[Saved data entries]
....

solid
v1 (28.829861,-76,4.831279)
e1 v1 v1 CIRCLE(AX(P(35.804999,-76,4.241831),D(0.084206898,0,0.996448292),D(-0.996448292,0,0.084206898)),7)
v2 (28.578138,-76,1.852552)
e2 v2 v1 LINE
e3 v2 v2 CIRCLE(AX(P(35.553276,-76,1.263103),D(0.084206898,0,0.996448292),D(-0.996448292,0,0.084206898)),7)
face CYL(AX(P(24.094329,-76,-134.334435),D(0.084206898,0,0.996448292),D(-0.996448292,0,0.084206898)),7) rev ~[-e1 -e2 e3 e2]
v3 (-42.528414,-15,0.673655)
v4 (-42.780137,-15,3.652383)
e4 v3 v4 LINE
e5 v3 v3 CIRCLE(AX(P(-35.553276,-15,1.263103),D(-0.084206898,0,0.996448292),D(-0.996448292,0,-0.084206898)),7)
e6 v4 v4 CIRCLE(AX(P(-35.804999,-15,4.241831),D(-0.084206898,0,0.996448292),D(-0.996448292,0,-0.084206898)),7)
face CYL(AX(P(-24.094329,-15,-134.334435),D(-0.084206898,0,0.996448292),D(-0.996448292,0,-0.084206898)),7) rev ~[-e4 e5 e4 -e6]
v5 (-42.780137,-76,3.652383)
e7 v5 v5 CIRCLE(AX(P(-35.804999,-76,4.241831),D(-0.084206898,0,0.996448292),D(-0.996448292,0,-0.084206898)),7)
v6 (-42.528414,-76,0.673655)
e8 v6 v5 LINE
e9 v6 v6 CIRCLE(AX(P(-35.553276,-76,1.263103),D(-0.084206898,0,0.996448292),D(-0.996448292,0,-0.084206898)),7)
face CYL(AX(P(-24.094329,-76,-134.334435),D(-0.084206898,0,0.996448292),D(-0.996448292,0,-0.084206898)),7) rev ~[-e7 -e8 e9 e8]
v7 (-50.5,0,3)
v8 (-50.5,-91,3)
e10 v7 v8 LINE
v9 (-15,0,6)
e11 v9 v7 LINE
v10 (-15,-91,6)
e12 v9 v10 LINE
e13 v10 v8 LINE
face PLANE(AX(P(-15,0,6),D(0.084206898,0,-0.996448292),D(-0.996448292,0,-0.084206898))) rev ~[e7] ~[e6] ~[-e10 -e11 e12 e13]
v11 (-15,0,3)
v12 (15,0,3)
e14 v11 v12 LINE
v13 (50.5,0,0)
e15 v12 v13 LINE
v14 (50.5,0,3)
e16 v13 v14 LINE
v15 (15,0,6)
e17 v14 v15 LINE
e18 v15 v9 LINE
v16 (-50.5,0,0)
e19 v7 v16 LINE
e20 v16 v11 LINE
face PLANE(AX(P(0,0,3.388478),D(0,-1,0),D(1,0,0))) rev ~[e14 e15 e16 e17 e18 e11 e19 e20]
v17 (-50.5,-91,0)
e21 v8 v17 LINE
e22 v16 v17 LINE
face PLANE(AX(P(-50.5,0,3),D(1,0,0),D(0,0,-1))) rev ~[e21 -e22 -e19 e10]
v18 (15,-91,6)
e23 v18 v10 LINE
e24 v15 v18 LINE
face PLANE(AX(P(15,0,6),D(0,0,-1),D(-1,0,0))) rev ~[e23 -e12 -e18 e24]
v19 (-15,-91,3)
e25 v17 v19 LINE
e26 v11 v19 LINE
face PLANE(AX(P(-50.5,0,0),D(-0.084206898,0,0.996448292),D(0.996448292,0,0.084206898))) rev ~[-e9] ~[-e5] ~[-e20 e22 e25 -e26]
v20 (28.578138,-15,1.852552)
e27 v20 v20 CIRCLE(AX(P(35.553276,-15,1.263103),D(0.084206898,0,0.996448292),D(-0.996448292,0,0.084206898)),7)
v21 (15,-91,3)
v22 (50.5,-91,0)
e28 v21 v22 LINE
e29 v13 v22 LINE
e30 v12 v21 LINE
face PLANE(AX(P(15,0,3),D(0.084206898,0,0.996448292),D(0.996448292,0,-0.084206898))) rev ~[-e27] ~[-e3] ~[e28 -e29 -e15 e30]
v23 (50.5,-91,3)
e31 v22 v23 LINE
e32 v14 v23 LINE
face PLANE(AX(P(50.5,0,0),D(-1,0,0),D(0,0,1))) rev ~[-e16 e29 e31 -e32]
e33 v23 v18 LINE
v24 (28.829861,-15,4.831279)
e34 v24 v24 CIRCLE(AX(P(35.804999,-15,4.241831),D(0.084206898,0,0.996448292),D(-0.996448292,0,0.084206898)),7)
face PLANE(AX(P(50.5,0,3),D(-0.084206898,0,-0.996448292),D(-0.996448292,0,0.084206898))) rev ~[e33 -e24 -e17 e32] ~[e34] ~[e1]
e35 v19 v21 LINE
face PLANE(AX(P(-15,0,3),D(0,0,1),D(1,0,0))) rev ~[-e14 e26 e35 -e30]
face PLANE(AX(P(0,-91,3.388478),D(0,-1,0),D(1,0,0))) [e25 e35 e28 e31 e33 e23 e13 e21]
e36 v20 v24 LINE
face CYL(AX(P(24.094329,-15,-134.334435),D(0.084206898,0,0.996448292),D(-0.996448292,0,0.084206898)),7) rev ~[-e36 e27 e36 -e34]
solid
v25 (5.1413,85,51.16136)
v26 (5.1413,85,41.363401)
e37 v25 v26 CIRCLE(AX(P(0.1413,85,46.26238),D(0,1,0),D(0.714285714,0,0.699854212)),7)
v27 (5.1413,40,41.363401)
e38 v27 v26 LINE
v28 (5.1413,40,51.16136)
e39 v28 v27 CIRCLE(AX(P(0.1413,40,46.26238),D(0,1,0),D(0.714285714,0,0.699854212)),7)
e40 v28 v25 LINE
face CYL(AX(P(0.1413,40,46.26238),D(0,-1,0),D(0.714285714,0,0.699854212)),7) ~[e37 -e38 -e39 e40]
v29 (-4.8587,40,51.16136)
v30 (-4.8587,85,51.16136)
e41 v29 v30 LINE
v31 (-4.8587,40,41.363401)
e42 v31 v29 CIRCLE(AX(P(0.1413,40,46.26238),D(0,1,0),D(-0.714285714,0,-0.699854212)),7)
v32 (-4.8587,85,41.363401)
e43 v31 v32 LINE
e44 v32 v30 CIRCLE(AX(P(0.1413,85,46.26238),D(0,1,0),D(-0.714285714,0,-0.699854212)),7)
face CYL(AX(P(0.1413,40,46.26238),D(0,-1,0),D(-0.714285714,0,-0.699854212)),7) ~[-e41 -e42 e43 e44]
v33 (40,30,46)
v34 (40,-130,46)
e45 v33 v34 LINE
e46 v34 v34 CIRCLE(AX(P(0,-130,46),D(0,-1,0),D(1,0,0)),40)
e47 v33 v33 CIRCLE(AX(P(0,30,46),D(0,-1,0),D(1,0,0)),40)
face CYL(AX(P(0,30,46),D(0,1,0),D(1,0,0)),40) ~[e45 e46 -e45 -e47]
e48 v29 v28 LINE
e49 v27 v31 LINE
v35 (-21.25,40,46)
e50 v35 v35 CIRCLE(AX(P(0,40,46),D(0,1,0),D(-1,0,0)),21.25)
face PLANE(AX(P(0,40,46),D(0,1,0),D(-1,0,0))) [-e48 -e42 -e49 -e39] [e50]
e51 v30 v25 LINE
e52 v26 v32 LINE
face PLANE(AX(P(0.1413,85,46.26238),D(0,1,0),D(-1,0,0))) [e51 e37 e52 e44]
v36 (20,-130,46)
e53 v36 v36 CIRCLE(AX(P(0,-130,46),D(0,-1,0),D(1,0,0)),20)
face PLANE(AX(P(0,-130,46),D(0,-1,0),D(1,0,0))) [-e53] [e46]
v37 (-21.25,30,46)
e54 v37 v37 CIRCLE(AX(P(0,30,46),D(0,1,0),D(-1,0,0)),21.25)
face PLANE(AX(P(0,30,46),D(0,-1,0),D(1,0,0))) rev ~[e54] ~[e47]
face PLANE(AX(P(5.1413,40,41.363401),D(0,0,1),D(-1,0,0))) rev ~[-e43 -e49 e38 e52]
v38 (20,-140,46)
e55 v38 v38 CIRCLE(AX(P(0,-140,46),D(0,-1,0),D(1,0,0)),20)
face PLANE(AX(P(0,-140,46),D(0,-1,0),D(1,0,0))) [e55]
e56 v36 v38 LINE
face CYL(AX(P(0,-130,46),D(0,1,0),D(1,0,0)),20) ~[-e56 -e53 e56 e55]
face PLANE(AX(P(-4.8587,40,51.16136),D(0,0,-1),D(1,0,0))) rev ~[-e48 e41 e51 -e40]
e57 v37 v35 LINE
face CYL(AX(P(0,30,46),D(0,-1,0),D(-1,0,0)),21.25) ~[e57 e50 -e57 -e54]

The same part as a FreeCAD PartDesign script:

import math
import FreeCAD as App
import Part
import Sketcher


def add_polygon(sketch, points):
    """Adds a closed chain of lines whose ends are joined by coincident constraints."""
    first, n = sketch.GeometryCount, len(points)
    for a, b in zip(points, points[1:] + points[:1]):
        sketch.addGeometry(Part.LineSegment(App.Vector(*a, 0), App.Vector(*b, 0)), False)
    for i in range(n):
        sketch.addConstraint(Sketcher.Constraint("Coincident", first + i, 2, first + (i + 1) % n, 1))

doc = App.newDocument("Part")
body = doc.addObject("PartDesign::Body", "Body")

# Sketch on XZ plane
sketch1 = doc.addObject("Sketcher::SketchObject", "Sketch")
body.addObject(sketch1)
sketch1.AttachmentSupport = (doc.XZ_Plane, [""])
sketch1.MapMode = "FlatFace"
add_polygon(sketch1, [(-50.5, 3), (-50.5, 0), (-15, 3), (15, 3), (50.5, 0), (50.5, 3), (15, 6), (-15, 6)])  # lines 0-7
sketch1.addConstraint(Sketcher.Constraint("Vertical", 0))
sketch1.addConstraint(Sketcher.Constraint("Horizontal", 2))
sketch1.addConstraint(Sketcher.Constraint("Vertical", 4))
sketch1.addConstraint(Sketcher.Constraint("Horizontal", 6))
sketch1.addConstraint(Sketcher.Constraint("Symmetric", 0, 2, 3, 2, -1, 1))
sketch1.addConstraint(Sketcher.Constraint("PointOnObject", 0, 2, -1))
sketch1.addConstraint(Sketcher.Constraint("Parallel", 3, 5))
sketch1.addConstraint(Sketcher.Constraint("Parallel", 1, 7))
sketch1.addConstraint(Sketcher.Constraint("Horizontal", 2, 2, 4, 2))
sketch1.addConstraint(Sketcher.Constraint("Horizontal", 4, 2, 7, 2))
sketch1.addConstraint(Sketcher.Constraint("Vertical", 2, 2, 5, 2))
sketch1.addConstraint(Sketcher.Constraint("Equal", 1, 3))
sketch1.addConstraint(Sketcher.Constraint("DistanceX", 2, 1, 2, 2, 30.0))
sketch1.addConstraint(Sketcher.Constraint("DistanceY", 0, 2, 0, 1, 3.0))
sketch1.addConstraint(Sketcher.Constraint("DistanceX", 0, 2, 3, 2, 101.0))
pad1 = doc.addObject("PartDesign::Pad", "Pad")
body.addObject(pad1)
pad1.Profile = sketch1
pad1.Length = 91

# Sketch on an angled plane
sketch2 = doc.addObject("Sketcher::SketchObject", "Sketch001")
body.addObject(sketch2)
sketch2.Placement = App.Placement(App.Vector(-0.358085, 0, 4.237345), App.Rotation(App.Vector(0.996448292, 0, 0.084206898), App.Vector(0, -1, 0), App.Vector(0.084206898, 0, -0.996448292), "ZXY"))
sketch2.addGeometry(Part.Circle(App.Vector(-35.320639, 76, 0), App.Vector(0, 0, 1), 7), False)
sketch2.addGeometry(Part.Circle(App.Vector(-35.320639, 15, 0), App.Vector(0, 0, 1), 7), False)
sketch2.addConstraint(Sketcher.Constraint("Equal", 0, 1))
sketch2.addConstraint(Sketcher.Constraint("Vertical", 0, 3, 1, 3))
sketch2.addConstraint(Sketcher.Constraint("Diameter", 0, 14.0))
sketch2.addConstraint(Sketcher.Constraint("DistanceY", -1, 1, 0, 3, 76.0))
sketch2.addConstraint(Sketcher.Constraint("DistanceY", -1, 1, 1, 3, 15.0))
sketch2.addConstraint(Sketcher.Constraint("DistanceX", 0, 3, -1, 1, 35.320639))
doc.recompute()
hole = doc.addObject("PartDesign::Hole", "Hole")
body.addObject(hole)
hole.Profile = sketch2
hole.ThreadType = "None"
hole.Diameter = 14
hole.DepthType = "ThroughAll"

# Sketch on an angled plane
sketch3 = doc.addObject("Sketcher::SketchObject", "Sketch002")
body.addObject(sketch3)
sketch3.Placement = App.Placement(App.Vector(0.358085, 0, 4.237345), App.Rotation(App.Vector(0.996448292, 0, -0.084206898), App.Vector(0, -1, 0), App.Vector(-0.084206898, 0, -0.996448292), "ZXY"))
sketch3.addGeometry(Part.Circle(App.Vector(35.320639, 76, 0), App.Vector(0, 0, 1), 7), False)
sketch3.addGeometry(Part.Circle(App.Vector(35.320639, 15, 0), App.Vector(0, 0, 1), 7), False)
sketch3.addConstraint(Sketcher.Constraint("Equal", 0, 1))
sketch3.addConstraint(Sketcher.Constraint("Vertical", 0, 3, 1, 3))
sketch3.addConstraint(Sketcher.Constraint("Diameter", 0, 14.0))
sketch3.addConstraint(Sketcher.Constraint("DistanceY", -1, 1, 0, 3, 76.0))
sketch3.addConstraint(Sketcher.Constraint("DistanceY", -1, 1, 1, 3, 15.0))
sketch3.addConstraint(Sketcher.Constraint("DistanceX", -1, 1, 0, 3, 35.320639))
doc.recompute()
hole2 = doc.addObject("PartDesign::Hole", "Hole001")
body.addObject(hole2)
hole2.Profile = sketch3
hole2.ThreadType = "None"
hole2.Diameter = 14
hole2.DepthType = "ThroughAll"
body2 = doc.addObject("PartDesign::Body", "Body001")

# Sketch on XZ plane
sketch4 = doc.addObject("Sketcher::SketchObject", "Sketch003")
body2.addObject(sketch4)
sketch4.AttachmentSupport = (doc.getObject("XZ_Plane001"), [""])
sketch4.MapMode = "FlatFace"
sketch4.AttachmentOffset = App.Placement(App.Vector(0, 0, -30), App.Rotation())
sketch4.addGeometry(Part.Circle(App.Vector(0, 46, 0), App.Vector(0, 0, 1), 40), False)
sketch4.addConstraint(Sketcher.Constraint("PointOnObject", 0, 3, -2))
sketch4.addConstraint(Sketcher.Constraint("Diameter", 0, 80.0))
sketch4.addConstraint(Sketcher.Constraint("DistanceY", -1, 1, 0, 3, 46.0))
pad2 = doc.addObject("PartDesign::Pad", "Pad001")
body2.addObject(pad2)
pad2.Profile = sketch4
pad2.Length = 160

....

- **Requirement**
Starting at the first line of the records, print each line exactly, stopping after the line that contains "e2 v2 v1 LINE".

- **Solution to the problem**
solid
v1 (28.829861,-76,4.831279)
e1 v1 v1 CIRCLE(AX(P(35.804999,-76,4.241831),D(0.084206898,0,0.996448292),D(-0.996448292,0,0.084206898)),7)
v2 (28.578138,-76,1.852552)
e2 v2 v1 LINE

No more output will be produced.